PROMPT ->
Once you have located the line containing "v5 (128.27,25.4,22.225)" in the material below, return it exactly along with each line after it through the line containing "v11 (0,0,-25.4)".

RECORDS TO PROCESS ->

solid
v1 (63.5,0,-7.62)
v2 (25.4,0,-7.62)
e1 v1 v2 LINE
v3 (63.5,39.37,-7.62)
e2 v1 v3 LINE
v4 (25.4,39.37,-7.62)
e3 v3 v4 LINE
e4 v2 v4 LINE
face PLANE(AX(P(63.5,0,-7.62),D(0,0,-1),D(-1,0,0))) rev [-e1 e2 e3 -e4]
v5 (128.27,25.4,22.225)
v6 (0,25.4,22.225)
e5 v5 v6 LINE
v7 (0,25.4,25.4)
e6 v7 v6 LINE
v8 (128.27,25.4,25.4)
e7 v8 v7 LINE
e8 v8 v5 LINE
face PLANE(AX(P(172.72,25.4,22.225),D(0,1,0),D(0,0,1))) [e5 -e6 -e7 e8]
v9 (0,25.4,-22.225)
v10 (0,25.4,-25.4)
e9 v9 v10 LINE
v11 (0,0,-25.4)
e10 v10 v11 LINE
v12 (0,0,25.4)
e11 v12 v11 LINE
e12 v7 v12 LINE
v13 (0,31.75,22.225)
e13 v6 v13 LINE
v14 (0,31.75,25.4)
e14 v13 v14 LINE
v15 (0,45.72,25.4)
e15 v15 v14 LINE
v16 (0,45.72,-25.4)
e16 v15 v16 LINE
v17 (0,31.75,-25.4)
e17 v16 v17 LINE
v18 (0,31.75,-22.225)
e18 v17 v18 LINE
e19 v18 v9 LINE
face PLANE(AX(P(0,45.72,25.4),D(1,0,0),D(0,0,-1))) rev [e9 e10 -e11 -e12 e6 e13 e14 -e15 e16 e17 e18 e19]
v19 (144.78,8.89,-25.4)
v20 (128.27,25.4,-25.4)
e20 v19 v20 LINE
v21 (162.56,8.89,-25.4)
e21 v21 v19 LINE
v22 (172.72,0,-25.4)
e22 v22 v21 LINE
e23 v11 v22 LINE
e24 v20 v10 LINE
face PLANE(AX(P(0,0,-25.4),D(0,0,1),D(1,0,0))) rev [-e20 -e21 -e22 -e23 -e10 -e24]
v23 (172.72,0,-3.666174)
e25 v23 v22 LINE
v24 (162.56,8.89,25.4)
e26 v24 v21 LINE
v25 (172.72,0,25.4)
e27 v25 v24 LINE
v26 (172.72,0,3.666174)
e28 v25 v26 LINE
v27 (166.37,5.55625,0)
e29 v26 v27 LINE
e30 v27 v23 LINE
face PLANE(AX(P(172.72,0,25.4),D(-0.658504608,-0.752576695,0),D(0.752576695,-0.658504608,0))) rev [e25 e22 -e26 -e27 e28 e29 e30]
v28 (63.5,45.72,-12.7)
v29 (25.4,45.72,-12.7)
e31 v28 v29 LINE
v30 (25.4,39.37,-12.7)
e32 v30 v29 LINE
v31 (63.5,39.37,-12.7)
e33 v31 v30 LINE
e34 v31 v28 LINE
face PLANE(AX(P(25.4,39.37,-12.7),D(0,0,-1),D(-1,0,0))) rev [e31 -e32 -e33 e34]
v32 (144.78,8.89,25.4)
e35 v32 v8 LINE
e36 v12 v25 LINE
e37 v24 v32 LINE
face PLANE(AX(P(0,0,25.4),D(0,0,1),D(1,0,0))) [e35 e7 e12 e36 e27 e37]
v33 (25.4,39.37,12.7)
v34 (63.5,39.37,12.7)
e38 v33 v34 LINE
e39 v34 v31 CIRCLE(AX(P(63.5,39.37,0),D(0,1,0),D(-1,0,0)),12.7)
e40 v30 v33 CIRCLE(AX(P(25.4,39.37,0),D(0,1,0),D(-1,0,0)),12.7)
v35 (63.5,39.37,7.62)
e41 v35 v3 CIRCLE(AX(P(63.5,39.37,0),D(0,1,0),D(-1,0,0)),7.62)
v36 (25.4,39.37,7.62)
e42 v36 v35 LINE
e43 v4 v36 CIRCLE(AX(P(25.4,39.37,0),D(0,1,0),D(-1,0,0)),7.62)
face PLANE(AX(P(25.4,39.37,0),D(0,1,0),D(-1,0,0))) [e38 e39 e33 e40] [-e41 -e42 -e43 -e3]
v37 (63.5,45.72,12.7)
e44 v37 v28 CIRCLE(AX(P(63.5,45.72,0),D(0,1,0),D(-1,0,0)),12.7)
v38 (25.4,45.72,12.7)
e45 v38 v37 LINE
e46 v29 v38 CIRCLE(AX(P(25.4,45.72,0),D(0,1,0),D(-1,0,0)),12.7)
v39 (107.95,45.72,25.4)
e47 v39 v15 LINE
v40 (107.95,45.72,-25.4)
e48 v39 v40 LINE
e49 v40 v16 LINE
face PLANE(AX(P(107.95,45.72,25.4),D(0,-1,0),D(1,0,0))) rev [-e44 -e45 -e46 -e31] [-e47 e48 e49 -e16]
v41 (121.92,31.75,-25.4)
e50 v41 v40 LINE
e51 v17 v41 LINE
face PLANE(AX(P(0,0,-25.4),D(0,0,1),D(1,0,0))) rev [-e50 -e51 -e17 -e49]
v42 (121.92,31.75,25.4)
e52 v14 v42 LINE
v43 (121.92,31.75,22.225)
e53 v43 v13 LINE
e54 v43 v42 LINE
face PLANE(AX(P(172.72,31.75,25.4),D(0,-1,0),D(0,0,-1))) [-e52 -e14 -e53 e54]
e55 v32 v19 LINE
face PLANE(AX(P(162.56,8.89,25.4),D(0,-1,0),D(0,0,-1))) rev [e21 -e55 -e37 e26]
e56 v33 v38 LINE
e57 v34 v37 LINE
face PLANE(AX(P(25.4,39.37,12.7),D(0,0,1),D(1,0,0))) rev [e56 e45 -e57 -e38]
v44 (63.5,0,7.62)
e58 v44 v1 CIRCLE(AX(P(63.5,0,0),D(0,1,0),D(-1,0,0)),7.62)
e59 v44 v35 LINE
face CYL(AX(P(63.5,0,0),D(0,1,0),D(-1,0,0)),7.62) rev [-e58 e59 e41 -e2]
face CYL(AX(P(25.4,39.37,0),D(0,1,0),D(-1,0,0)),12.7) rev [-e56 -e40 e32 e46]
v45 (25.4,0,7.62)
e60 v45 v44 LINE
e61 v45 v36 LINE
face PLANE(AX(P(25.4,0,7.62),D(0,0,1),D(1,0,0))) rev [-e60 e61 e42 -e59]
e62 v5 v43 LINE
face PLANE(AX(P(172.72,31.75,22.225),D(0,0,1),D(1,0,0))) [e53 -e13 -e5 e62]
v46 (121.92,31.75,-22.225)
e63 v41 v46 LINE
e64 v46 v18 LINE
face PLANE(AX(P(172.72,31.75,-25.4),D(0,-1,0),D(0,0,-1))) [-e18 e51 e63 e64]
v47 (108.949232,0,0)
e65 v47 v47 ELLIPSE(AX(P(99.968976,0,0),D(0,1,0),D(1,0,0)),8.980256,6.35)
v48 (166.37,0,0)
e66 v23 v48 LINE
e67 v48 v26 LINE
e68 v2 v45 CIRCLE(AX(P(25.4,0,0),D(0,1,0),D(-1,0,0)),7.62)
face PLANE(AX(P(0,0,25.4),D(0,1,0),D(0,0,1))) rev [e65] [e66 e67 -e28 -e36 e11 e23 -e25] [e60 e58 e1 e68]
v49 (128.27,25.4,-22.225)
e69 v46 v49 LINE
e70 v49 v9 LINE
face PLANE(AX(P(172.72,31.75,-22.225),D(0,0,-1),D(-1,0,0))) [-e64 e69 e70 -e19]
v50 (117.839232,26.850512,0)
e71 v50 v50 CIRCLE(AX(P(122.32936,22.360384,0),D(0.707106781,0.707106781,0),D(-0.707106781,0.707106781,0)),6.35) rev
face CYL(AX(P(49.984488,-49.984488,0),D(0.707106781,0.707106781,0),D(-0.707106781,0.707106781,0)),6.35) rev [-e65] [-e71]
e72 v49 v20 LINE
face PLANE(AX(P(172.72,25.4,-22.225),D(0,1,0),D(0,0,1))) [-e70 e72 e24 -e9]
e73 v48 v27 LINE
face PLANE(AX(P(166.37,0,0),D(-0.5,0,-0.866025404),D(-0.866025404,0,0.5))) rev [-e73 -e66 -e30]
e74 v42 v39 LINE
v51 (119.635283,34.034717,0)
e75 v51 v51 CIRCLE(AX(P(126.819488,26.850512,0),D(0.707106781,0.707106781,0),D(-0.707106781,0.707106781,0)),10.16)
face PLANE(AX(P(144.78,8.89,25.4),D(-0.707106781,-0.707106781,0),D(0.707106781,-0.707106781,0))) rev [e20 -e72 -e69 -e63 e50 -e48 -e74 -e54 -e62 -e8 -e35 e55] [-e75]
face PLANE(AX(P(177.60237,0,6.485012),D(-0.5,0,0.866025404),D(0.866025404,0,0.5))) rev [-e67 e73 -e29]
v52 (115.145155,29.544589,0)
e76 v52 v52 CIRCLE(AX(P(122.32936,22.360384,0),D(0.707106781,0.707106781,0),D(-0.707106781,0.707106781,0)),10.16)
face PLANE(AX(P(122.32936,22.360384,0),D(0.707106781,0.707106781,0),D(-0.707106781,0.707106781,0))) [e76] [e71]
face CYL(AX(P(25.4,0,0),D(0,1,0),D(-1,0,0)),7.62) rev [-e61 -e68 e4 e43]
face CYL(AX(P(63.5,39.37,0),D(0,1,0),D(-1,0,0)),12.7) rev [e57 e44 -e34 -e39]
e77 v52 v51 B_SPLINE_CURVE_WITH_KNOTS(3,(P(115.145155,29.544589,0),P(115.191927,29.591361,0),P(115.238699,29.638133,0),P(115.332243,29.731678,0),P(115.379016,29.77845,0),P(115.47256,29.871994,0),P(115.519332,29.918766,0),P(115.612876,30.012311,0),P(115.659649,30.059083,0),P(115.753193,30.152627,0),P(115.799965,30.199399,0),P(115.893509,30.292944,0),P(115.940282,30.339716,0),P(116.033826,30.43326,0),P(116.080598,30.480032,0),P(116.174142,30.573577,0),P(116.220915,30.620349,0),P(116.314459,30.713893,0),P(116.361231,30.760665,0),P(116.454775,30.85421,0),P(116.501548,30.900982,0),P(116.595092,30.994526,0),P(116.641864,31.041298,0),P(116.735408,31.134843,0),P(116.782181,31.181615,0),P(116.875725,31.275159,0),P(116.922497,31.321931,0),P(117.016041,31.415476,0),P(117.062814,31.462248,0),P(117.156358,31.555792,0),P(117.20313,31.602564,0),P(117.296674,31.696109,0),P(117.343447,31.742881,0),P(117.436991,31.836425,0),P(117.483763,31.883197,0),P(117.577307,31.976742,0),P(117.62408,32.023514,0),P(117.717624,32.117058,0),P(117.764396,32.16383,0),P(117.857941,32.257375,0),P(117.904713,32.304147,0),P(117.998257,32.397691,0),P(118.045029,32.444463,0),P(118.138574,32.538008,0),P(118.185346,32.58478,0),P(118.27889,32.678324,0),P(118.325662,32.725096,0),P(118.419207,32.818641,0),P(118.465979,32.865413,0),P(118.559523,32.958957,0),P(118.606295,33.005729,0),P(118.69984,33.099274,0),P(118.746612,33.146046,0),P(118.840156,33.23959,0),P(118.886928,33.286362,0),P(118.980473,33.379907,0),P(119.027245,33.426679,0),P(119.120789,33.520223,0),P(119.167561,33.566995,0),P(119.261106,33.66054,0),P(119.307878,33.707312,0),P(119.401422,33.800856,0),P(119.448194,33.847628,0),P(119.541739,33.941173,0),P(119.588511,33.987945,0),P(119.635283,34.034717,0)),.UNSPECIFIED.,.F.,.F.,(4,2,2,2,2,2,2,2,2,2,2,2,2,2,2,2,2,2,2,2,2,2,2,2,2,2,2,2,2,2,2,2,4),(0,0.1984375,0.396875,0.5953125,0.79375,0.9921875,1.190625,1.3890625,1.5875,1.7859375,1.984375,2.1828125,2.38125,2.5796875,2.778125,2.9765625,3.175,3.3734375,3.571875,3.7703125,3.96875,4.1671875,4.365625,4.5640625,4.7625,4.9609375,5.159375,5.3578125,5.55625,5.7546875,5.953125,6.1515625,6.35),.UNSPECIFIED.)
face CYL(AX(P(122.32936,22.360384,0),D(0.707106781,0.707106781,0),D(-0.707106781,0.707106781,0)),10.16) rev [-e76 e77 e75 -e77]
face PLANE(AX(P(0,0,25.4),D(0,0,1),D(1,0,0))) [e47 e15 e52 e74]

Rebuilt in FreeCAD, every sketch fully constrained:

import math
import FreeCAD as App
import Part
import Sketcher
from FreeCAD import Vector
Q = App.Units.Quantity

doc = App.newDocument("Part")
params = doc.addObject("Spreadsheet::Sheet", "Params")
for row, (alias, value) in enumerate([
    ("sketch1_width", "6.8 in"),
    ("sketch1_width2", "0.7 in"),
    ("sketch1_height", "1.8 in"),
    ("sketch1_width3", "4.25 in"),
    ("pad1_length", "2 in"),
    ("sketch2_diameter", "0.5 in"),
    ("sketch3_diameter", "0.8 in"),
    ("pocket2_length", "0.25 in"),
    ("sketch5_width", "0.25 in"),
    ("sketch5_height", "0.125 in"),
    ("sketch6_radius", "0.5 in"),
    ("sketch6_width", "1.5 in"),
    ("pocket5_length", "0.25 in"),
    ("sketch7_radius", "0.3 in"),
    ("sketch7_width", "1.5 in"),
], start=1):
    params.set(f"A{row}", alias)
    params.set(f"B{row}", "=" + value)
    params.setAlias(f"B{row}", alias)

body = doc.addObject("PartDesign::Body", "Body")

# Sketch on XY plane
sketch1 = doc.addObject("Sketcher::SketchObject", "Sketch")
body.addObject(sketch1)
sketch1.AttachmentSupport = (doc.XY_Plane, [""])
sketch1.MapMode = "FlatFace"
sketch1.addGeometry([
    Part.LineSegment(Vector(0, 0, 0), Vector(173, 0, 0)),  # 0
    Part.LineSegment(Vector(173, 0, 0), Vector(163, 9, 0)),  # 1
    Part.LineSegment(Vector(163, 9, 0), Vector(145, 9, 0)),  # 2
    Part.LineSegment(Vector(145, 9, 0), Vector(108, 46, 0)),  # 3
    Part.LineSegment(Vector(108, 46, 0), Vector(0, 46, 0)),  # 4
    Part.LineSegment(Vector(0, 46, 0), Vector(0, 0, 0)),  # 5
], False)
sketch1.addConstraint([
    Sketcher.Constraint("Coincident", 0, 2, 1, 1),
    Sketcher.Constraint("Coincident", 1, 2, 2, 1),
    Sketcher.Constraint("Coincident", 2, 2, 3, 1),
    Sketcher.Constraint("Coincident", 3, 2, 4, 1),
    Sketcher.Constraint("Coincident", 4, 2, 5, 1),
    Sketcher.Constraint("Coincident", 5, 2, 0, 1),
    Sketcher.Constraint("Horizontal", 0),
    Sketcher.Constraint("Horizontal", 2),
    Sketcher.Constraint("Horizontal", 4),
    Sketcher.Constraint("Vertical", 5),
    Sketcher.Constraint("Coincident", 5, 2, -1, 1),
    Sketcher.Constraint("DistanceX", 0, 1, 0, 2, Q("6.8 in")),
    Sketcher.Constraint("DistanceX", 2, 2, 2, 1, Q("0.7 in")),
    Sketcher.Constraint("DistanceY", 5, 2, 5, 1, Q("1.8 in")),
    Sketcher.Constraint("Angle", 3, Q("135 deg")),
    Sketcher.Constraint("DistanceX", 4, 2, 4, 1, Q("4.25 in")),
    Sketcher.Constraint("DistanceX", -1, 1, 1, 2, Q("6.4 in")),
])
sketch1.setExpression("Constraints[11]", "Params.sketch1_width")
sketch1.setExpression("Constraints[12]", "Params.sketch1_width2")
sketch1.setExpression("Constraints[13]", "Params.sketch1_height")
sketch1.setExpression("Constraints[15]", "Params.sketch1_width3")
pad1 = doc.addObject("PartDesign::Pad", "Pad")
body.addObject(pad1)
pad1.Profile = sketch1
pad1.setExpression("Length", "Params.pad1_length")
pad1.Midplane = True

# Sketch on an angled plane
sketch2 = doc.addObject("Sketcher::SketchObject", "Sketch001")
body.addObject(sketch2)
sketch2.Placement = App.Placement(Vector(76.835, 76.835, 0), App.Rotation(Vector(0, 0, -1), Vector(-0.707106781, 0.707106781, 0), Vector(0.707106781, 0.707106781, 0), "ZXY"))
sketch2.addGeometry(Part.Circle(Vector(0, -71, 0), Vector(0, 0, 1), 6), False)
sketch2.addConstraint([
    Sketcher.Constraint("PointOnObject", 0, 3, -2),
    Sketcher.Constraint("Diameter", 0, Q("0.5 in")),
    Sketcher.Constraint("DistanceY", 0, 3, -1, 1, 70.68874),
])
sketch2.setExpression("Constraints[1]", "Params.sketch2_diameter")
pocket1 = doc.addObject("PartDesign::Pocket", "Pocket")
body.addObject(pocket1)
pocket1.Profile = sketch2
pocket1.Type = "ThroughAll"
---
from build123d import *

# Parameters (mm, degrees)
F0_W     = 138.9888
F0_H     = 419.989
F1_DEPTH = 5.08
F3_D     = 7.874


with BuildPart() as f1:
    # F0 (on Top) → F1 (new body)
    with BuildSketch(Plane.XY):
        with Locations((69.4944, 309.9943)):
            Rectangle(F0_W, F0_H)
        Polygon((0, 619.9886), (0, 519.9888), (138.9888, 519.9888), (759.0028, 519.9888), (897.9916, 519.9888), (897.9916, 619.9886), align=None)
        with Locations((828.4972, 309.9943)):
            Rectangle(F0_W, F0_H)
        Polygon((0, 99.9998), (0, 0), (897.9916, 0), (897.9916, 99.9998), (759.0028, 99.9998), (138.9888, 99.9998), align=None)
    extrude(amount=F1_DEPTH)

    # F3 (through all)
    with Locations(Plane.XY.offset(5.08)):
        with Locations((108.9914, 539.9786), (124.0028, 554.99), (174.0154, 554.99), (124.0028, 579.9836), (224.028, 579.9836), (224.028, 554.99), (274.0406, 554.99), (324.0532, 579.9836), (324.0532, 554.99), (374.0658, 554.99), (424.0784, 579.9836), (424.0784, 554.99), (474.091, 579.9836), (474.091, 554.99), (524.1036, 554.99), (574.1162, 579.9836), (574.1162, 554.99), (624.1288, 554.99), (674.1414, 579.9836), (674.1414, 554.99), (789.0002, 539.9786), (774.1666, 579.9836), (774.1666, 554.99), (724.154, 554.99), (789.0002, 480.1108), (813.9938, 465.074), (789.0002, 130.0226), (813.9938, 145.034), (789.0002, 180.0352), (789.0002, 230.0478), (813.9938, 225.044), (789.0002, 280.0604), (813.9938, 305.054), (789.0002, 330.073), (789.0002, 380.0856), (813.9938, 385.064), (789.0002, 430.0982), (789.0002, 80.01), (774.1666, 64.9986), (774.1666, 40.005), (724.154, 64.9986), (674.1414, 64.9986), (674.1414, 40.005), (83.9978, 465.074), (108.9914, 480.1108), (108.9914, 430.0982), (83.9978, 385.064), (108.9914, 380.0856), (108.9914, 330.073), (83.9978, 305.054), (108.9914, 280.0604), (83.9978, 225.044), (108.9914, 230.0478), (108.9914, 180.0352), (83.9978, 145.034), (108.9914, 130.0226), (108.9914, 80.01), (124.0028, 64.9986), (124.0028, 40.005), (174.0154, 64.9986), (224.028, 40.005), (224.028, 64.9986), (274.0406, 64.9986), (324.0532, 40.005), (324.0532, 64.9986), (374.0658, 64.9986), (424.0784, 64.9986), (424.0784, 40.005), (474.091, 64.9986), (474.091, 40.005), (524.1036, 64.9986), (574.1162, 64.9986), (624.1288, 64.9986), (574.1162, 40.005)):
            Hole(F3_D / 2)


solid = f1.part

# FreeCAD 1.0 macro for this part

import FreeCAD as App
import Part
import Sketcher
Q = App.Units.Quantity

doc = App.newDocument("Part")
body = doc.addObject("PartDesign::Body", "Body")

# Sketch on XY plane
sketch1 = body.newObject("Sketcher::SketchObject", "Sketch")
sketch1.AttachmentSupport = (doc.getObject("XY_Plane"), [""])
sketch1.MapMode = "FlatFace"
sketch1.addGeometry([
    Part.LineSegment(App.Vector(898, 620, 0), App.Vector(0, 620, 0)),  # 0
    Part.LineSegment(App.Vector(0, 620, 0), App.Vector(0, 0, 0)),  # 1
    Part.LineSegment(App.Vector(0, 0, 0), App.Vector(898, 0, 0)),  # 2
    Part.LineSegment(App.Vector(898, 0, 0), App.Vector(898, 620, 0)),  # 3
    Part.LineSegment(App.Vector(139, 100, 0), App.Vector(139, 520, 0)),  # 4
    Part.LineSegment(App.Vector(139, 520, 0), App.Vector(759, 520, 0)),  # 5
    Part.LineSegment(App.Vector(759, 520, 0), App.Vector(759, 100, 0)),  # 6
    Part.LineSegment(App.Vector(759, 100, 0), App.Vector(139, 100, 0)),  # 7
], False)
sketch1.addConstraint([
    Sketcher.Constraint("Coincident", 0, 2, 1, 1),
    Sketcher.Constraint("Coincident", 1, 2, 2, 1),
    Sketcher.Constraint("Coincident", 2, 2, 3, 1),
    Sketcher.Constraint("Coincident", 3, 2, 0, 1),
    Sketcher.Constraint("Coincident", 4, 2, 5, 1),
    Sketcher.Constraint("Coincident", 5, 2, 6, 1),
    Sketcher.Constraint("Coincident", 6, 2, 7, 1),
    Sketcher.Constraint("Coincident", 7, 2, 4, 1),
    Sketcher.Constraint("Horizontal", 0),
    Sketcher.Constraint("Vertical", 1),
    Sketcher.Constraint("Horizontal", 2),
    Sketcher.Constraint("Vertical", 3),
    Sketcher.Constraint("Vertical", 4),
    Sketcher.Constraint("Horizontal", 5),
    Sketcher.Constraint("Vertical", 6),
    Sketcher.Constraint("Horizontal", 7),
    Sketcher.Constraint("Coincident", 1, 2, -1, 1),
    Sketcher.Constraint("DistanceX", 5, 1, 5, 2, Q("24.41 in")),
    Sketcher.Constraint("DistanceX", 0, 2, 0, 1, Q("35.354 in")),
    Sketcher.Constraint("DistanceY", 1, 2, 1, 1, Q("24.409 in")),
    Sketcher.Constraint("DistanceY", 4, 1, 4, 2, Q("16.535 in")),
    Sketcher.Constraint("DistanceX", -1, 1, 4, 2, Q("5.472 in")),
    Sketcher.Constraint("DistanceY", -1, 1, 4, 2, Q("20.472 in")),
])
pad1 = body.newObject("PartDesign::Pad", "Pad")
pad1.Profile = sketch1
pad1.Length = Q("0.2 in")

EXERCISE SOLUTION ->
v5 (128.27,25.4,22.225)
v6 (0,25.4,22.225)
e5 v5 v6 LINE
v7 (0,25.4,25.4)
e6 v7 v6 LINE
v8 (128.27,25.4,25.4)
e7 v8 v7 LINE
e8 v8 v5 LINE
face PLANE(AX(P(172.72,25.4,22.225),D(0,1,0),D(0,0,1))) [e5 -e6 -e7 e8]
v9 (0,25.4,-22.225)
v10 (0,25.4,-25.4)
e9 v9 v10 LINE
v11 (0,0,-25.4)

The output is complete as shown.